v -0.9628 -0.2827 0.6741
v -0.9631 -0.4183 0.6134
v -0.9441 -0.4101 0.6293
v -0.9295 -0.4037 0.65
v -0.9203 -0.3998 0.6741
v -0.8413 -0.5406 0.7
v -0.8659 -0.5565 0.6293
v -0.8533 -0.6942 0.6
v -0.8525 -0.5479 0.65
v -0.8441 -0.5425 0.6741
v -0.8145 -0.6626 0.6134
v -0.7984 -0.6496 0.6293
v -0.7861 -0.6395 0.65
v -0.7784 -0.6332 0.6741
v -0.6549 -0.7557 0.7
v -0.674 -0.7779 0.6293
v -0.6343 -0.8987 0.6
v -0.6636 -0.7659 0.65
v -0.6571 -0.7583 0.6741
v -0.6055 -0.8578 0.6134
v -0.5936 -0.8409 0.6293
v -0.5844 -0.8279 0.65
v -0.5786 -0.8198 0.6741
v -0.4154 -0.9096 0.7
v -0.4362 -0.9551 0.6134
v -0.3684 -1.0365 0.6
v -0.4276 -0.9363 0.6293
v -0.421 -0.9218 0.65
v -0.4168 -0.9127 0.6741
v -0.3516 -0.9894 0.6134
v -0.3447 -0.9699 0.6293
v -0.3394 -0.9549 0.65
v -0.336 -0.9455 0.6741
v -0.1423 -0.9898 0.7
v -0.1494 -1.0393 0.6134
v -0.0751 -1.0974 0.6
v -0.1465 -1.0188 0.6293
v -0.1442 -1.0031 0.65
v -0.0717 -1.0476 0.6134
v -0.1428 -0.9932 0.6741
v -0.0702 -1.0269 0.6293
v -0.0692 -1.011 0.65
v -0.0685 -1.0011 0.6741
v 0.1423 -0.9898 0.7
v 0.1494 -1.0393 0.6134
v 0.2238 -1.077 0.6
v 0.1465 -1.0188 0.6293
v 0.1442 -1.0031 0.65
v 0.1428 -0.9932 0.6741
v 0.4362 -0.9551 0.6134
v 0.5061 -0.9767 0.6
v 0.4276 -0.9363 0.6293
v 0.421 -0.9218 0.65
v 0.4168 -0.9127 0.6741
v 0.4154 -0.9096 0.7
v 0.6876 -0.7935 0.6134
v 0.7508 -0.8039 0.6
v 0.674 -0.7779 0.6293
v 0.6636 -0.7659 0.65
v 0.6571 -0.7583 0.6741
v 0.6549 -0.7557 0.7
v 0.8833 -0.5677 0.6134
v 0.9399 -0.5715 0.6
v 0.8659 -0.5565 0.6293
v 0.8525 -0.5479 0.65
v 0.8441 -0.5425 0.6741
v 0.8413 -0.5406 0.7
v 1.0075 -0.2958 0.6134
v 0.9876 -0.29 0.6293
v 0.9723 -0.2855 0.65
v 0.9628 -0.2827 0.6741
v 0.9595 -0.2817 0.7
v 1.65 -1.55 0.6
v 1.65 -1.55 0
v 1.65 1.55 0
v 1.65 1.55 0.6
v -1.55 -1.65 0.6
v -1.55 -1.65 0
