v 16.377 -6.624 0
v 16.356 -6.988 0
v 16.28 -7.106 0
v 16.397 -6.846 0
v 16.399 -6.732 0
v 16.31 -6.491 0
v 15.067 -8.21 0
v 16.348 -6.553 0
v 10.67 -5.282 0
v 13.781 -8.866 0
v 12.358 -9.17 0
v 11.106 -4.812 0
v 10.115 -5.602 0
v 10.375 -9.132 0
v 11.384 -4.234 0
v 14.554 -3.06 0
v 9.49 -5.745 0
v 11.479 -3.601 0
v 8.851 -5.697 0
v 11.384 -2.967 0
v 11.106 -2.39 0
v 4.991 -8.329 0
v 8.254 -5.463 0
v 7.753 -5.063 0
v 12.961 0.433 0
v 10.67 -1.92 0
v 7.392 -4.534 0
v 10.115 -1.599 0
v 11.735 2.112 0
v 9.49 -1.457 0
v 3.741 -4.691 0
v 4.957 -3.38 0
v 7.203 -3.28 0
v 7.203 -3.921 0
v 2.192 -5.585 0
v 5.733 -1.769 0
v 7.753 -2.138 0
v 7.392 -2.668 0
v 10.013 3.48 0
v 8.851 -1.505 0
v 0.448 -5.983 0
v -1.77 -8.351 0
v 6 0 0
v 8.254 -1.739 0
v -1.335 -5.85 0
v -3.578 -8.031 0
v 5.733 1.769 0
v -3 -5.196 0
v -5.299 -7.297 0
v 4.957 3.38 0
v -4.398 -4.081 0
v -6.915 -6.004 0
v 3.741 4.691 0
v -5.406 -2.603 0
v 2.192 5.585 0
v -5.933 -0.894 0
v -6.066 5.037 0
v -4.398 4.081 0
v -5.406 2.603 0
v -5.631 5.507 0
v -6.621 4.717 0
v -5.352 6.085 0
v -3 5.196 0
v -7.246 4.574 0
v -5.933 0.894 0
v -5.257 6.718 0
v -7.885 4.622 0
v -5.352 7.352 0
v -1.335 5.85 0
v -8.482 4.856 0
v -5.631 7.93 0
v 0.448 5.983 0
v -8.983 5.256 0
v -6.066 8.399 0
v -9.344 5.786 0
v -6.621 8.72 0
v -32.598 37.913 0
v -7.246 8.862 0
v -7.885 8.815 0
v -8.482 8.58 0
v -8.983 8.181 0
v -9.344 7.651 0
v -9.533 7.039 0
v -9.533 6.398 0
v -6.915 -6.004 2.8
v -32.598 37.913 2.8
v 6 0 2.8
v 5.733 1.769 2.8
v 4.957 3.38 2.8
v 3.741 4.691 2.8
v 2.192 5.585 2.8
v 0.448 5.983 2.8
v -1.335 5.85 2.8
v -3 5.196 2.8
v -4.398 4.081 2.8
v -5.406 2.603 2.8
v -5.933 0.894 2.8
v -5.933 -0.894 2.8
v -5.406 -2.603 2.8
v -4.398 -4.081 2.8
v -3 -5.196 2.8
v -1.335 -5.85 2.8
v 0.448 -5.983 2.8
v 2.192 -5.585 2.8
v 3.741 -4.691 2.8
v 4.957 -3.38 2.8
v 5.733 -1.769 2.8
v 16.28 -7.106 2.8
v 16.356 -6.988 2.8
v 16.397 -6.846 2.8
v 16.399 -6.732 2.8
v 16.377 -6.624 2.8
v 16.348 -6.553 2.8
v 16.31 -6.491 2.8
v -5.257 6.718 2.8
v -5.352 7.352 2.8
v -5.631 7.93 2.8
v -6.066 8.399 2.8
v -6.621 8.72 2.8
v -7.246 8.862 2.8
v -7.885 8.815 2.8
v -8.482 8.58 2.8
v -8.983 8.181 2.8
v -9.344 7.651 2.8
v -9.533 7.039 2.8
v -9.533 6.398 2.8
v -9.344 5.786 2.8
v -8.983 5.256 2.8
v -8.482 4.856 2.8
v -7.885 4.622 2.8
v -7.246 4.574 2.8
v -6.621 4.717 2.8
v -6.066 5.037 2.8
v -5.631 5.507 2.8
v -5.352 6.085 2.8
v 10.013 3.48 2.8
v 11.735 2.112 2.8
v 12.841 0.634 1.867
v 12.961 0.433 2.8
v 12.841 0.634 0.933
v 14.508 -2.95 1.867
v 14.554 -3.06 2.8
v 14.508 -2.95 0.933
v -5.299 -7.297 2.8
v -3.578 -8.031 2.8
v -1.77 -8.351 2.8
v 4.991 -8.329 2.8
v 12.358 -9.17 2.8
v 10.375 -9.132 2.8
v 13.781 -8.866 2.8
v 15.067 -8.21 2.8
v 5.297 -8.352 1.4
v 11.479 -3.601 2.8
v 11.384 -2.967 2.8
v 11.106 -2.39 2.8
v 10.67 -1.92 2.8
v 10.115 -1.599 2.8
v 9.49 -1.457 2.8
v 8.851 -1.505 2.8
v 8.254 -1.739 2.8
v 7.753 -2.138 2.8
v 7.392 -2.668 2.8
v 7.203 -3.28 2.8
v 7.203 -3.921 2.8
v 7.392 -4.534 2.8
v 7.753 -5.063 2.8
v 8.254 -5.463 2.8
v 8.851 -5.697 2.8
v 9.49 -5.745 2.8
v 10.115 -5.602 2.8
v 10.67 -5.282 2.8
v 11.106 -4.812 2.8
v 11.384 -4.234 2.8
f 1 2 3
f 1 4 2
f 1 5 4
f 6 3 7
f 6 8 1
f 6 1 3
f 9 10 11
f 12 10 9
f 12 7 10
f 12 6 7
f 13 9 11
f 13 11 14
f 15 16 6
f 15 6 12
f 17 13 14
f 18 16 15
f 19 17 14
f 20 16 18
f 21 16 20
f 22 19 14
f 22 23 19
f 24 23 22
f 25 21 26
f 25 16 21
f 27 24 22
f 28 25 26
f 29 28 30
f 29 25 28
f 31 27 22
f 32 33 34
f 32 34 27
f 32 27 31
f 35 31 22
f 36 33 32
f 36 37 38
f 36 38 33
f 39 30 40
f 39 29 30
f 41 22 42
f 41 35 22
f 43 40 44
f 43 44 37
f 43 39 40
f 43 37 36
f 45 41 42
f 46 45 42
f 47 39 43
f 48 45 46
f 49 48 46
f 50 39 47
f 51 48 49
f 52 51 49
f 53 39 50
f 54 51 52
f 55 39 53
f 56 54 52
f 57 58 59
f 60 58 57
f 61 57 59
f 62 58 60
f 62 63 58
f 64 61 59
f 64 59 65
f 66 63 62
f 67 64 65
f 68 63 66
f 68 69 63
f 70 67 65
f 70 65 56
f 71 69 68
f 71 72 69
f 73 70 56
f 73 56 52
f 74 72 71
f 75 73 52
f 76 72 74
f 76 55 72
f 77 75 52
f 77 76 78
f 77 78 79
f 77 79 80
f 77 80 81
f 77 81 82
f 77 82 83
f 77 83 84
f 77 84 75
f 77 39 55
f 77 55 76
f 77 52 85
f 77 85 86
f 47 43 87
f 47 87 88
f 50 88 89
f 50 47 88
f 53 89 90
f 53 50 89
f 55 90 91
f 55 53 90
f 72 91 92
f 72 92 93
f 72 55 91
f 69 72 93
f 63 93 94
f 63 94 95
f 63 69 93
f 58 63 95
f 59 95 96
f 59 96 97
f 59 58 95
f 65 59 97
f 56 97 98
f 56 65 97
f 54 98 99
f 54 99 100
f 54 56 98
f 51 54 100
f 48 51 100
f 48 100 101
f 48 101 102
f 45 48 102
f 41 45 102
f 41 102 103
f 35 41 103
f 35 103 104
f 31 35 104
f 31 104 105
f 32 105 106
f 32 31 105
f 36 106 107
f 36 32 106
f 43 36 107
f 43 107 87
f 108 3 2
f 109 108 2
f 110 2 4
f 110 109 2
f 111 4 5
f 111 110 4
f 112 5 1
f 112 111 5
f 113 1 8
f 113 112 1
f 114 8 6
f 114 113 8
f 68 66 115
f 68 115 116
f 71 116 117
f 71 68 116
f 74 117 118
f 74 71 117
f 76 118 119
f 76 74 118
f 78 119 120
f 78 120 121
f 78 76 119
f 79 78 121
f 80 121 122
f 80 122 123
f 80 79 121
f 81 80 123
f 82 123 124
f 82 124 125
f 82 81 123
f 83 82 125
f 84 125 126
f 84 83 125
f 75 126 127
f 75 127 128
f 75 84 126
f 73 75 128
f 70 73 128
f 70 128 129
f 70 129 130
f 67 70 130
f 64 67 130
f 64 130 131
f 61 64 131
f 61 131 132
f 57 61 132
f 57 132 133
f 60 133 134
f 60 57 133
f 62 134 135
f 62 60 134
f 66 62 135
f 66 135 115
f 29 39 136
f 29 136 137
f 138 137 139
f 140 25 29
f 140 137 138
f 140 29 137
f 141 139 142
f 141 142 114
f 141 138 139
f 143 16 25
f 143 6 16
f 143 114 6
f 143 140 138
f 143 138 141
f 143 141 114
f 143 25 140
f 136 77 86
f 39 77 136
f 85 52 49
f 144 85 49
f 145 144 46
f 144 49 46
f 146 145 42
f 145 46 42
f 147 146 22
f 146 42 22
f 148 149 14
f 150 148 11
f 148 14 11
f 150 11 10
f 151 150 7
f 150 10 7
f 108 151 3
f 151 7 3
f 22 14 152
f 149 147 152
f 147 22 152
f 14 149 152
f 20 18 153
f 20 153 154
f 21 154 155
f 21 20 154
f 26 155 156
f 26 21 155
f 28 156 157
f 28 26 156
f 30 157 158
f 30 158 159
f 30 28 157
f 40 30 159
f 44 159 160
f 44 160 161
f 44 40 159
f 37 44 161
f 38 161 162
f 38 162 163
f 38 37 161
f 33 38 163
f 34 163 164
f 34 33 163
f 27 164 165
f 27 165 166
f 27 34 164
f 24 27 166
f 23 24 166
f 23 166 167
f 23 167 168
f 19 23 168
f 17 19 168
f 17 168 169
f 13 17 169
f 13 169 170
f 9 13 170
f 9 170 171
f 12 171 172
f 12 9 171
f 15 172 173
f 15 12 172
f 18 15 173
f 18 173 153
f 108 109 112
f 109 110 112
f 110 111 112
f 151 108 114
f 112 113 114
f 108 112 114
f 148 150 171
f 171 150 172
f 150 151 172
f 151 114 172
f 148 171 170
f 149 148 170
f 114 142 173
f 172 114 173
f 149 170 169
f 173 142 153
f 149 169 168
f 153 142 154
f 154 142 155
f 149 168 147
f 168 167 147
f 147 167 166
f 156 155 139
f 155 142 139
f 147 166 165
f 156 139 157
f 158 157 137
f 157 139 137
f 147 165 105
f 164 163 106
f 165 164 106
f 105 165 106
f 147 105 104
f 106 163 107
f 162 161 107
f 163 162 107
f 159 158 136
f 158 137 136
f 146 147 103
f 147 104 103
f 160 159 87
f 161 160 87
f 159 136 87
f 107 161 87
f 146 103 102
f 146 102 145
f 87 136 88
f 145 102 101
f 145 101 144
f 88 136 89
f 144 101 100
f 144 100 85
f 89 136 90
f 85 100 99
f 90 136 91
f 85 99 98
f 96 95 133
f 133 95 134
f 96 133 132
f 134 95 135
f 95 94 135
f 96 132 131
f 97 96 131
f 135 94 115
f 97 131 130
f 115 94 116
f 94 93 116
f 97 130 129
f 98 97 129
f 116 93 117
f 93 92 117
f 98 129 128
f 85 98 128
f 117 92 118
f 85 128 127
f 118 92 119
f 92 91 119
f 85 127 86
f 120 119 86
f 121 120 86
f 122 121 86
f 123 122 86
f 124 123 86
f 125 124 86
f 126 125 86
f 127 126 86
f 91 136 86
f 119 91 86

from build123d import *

# Parameters (mm, degrees)
SKETCH1_R           = 6
SKETCH1_R_2         = 2.15
BOSS_EXTRUDE3_DEPTH = 2.8
FILLET2_R           = 0.5


with BuildPart() as part:
    # Sketch1 → Boss-Extrude3 (new body)
    with BuildSketch(Plane.XY):
        with BuildLine():
            Line((-6.914903584, -6.003890728), (-32.597767901, 37.912867577))
            Line((-32.597767901, 37.912867577), (10.012592639, 3.48020667))
            add(Edge.make_bspline(
                [(10.012592639, 3.48020667), (13.976241168, 1.192727745), (14.014521415, -3.518986682), (16.534972158, -6.795729316)],
                knots=[0, 0, 0, 0, 1, 1, 1, 1], degree=3))
            add(Edge.make_bspline(
                [(-6.914903584, -6.003890728), (-3.45265208, -9.610347217), (5.034074198, -6.462522657), (13.416090218, -10.783276778), (16.534972158, -6.795729316)],
                knots=[0, 0, 0, 0, 0.517120054, 1, 1, 1, 1], degree=3))
        make_face()
        Circle(SKETCH1_R, mode=Mode.SUBTRACT)
        with Locations((-7.406949835, 6.718414556)):
            Circle(SKETCH1_R_2, mode=Mode.SUBTRACT)
        with Locations((9.329230051, -3.600759177)):
            Circle(SKETCH1_R_2, mode=Mode.SUBTRACT)
    extrude(amount=BOSS_EXTRUDE3_DEPTH)

    # Fillet2
    fillet2_edges = [part.edges().sort_by_distance(p)[0] for p in [
        (16.534972158, -6.795729316, 1.4),
    ]]
    fillet(fillet2_edges, radius=FILLET2_R)


solid = part.part
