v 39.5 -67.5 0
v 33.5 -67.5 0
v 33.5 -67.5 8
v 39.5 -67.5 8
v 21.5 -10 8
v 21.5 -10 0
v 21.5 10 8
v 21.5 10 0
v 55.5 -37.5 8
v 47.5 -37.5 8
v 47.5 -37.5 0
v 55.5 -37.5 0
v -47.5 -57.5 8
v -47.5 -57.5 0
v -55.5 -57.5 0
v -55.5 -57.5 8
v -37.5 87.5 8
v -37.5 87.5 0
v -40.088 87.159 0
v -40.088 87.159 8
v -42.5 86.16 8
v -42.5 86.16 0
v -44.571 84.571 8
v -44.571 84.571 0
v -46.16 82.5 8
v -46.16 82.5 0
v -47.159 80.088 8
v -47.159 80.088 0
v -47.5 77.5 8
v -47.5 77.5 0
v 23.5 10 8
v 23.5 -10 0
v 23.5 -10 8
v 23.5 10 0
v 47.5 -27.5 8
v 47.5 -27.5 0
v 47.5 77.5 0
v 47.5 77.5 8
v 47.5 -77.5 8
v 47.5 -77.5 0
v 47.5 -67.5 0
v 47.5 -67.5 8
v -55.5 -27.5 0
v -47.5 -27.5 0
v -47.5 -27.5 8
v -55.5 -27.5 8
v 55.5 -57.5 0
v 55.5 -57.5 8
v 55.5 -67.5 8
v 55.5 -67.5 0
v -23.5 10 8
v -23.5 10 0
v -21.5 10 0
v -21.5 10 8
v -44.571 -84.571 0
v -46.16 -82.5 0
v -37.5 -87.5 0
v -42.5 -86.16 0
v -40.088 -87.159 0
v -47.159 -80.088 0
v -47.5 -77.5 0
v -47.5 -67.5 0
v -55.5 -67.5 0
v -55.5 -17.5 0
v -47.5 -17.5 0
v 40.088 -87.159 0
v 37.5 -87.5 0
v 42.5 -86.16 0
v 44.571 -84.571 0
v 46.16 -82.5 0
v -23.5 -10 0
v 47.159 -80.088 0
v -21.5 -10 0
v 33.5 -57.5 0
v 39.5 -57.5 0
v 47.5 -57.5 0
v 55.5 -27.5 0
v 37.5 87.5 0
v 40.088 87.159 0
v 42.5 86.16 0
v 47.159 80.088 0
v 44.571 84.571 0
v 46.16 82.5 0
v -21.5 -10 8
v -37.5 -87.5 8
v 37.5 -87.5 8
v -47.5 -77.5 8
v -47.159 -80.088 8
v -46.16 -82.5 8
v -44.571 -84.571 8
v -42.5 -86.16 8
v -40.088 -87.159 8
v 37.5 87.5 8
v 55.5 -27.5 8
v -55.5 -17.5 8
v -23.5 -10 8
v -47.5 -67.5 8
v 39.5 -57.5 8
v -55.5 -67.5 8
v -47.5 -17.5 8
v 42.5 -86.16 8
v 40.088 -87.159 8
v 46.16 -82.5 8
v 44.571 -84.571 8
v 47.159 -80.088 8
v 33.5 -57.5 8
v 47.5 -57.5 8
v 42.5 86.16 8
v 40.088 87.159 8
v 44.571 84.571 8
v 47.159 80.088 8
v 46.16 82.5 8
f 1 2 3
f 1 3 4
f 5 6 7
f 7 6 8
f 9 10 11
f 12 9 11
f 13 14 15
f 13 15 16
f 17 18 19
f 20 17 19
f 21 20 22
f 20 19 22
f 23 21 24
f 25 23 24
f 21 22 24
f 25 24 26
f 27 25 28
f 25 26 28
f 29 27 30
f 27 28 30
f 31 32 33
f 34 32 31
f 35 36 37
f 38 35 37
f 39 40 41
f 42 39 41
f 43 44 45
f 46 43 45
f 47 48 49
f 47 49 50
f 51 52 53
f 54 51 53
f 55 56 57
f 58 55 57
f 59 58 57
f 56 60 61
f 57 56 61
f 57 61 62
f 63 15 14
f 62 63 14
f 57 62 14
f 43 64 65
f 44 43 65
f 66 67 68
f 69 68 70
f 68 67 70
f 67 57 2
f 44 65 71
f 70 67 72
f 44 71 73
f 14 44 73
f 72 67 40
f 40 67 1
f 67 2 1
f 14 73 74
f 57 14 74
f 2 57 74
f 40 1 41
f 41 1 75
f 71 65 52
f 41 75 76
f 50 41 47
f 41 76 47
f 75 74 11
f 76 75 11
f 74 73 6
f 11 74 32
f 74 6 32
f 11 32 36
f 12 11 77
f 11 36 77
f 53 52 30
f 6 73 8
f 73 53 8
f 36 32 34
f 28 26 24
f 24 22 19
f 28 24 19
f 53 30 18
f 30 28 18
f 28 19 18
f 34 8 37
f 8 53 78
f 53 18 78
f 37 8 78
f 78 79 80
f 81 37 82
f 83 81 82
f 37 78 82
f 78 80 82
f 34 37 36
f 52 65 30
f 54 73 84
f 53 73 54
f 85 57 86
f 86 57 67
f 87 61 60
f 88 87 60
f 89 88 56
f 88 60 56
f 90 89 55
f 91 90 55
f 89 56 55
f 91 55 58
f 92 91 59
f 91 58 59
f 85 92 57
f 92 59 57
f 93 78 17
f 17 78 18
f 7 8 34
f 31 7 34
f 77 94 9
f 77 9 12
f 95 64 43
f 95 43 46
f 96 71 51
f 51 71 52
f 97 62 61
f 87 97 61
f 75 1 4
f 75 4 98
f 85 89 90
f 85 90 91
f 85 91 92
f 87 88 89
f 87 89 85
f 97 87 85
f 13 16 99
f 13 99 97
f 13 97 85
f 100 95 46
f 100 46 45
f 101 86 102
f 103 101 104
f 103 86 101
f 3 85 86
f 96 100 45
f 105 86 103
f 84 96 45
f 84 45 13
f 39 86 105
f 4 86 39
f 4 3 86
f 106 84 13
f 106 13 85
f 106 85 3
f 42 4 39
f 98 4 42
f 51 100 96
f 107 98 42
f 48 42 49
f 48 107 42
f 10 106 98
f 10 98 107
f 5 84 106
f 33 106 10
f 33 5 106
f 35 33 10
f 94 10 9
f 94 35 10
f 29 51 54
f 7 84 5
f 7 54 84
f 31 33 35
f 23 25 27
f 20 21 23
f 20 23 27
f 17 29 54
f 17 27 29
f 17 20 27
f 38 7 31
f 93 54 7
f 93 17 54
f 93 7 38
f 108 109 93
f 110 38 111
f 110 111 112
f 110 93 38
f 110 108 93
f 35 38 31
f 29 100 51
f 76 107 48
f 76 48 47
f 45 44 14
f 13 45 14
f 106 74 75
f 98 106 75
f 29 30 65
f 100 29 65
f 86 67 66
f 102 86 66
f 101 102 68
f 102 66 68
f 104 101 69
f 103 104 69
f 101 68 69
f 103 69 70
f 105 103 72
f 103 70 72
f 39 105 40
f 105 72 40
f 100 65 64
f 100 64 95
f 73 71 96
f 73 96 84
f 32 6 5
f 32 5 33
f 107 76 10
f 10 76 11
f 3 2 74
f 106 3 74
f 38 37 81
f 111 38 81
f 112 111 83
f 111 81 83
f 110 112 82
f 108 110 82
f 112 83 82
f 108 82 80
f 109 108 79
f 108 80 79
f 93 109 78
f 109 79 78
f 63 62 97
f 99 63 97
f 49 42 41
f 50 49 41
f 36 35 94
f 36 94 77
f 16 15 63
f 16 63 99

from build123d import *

# Parameters (mm, degrees)
SKETCH1_W           = 2
SKETCH1_H           = 20
SKETCH1_W_2         = 6
SKETCH1_H_2         = 10
BOSS_EXTRUDE1_DEPTH = 8
SKETCH3_W           = 8
SKETCH3_H           = 10
BOSS_EXTRUDE2_DEPTH = 8
SKETCH4_W           = 8
SKETCH4_H           = 10
BOSS_EXTRUDE3_DEPTH = 8


with BuildPart() as part:
    # Sketch1 → Boss-Extrude1 (new body)
    with BuildSketch(Plane.XY):
        with BuildLine():
            Line((-37.5, -87.5), (37.5, -87.5))
            ThreePointArc((37.5, -87.5), (44.571067812, -84.571067812), (47.5, -77.5))
            Line((47.5, -77.5), (47.5, 77.5))
            ThreePointArc((47.5, 77.5), (44.571067812, 84.571067812), (37.5, 87.5))
            Line((37.5, 87.5), (-37.5, 87.5))
            ThreePointArc((-37.5, 87.5), (-44.571067812, 84.571067812), (-47.5, 77.5))
            Line((-47.5, 77.5), (-47.5, -77.5))
            ThreePointArc((-47.5, -77.5), (-44.571067812, -84.571067812), (-37.5, -87.5))
        make_face()
        with Locations((-22.5, 0)):
            Rectangle(SKETCH1_W, SKETCH1_H, mode=Mode.SUBTRACT)
        with Locations((22.5, 0)):
            Rectangle(SKETCH1_W, SKETCH1_H, mode=Mode.SUBTRACT)
        with Locations((36.5, -62.5)):
            Rectangle(SKETCH1_W_2, SKETCH1_H_2, mode=Mode.SUBTRACT)
    extrude(amount=BOSS_EXTRUDE1_DEPTH)

    # Sketch3 → Boss-Extrude2 (add)
    with BuildSketch(Plane.ZY.offset(47.5)):
        with Locations((4, -62.5)):
            Rectangle(SKETCH3_W, SKETCH3_H)
        with Locations((4, -22.5)):
            Rectangle(SKETCH3_W, SKETCH3_H)
    extrude(amount=BOSS_EXTRUDE2_DEPTH)

    # Sketch4 → Boss-Extrude3 (add)
    with BuildSketch(Plane(origin=(47.5, 0, 0), x_dir=(0, 0, -1), z_dir=(1, 0, 0))):
        with Locations((-4, -62.5)):
            Rectangle(SKETCH4_W, SKETCH4_H)
        with Locations((-4, -32.5)):
            Rectangle(SKETCH4_W, SKETCH4_H)
    extrude(amount=BOSS_EXTRUDE3_DEPTH)


solid = part.part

* _Required work_:
Among the lines above, repeat exactly those from the line with "v 9.49 -1.457 2.8" to the line with "v 10.115 -5.602 2.8", counting both ends.

* _Task solution_:
v 9.49 -1.457 2.8
v 8.851 -1.505 2.8
v 8.254 -1.739 2.8
v 7.753 -2.138 2.8
v 7.392 -2.668 2.8
v 7.203 -3.28 2.8
v 7.203 -3.921 2.8
v 7.392 -4.534 2.8
v 7.753 -5.063 2.8
v 8.254 -5.463 2.8
v 8.851 -5.697 2.8
v 9.49 -5.745 2.8
v 10.115 -5.602 2.8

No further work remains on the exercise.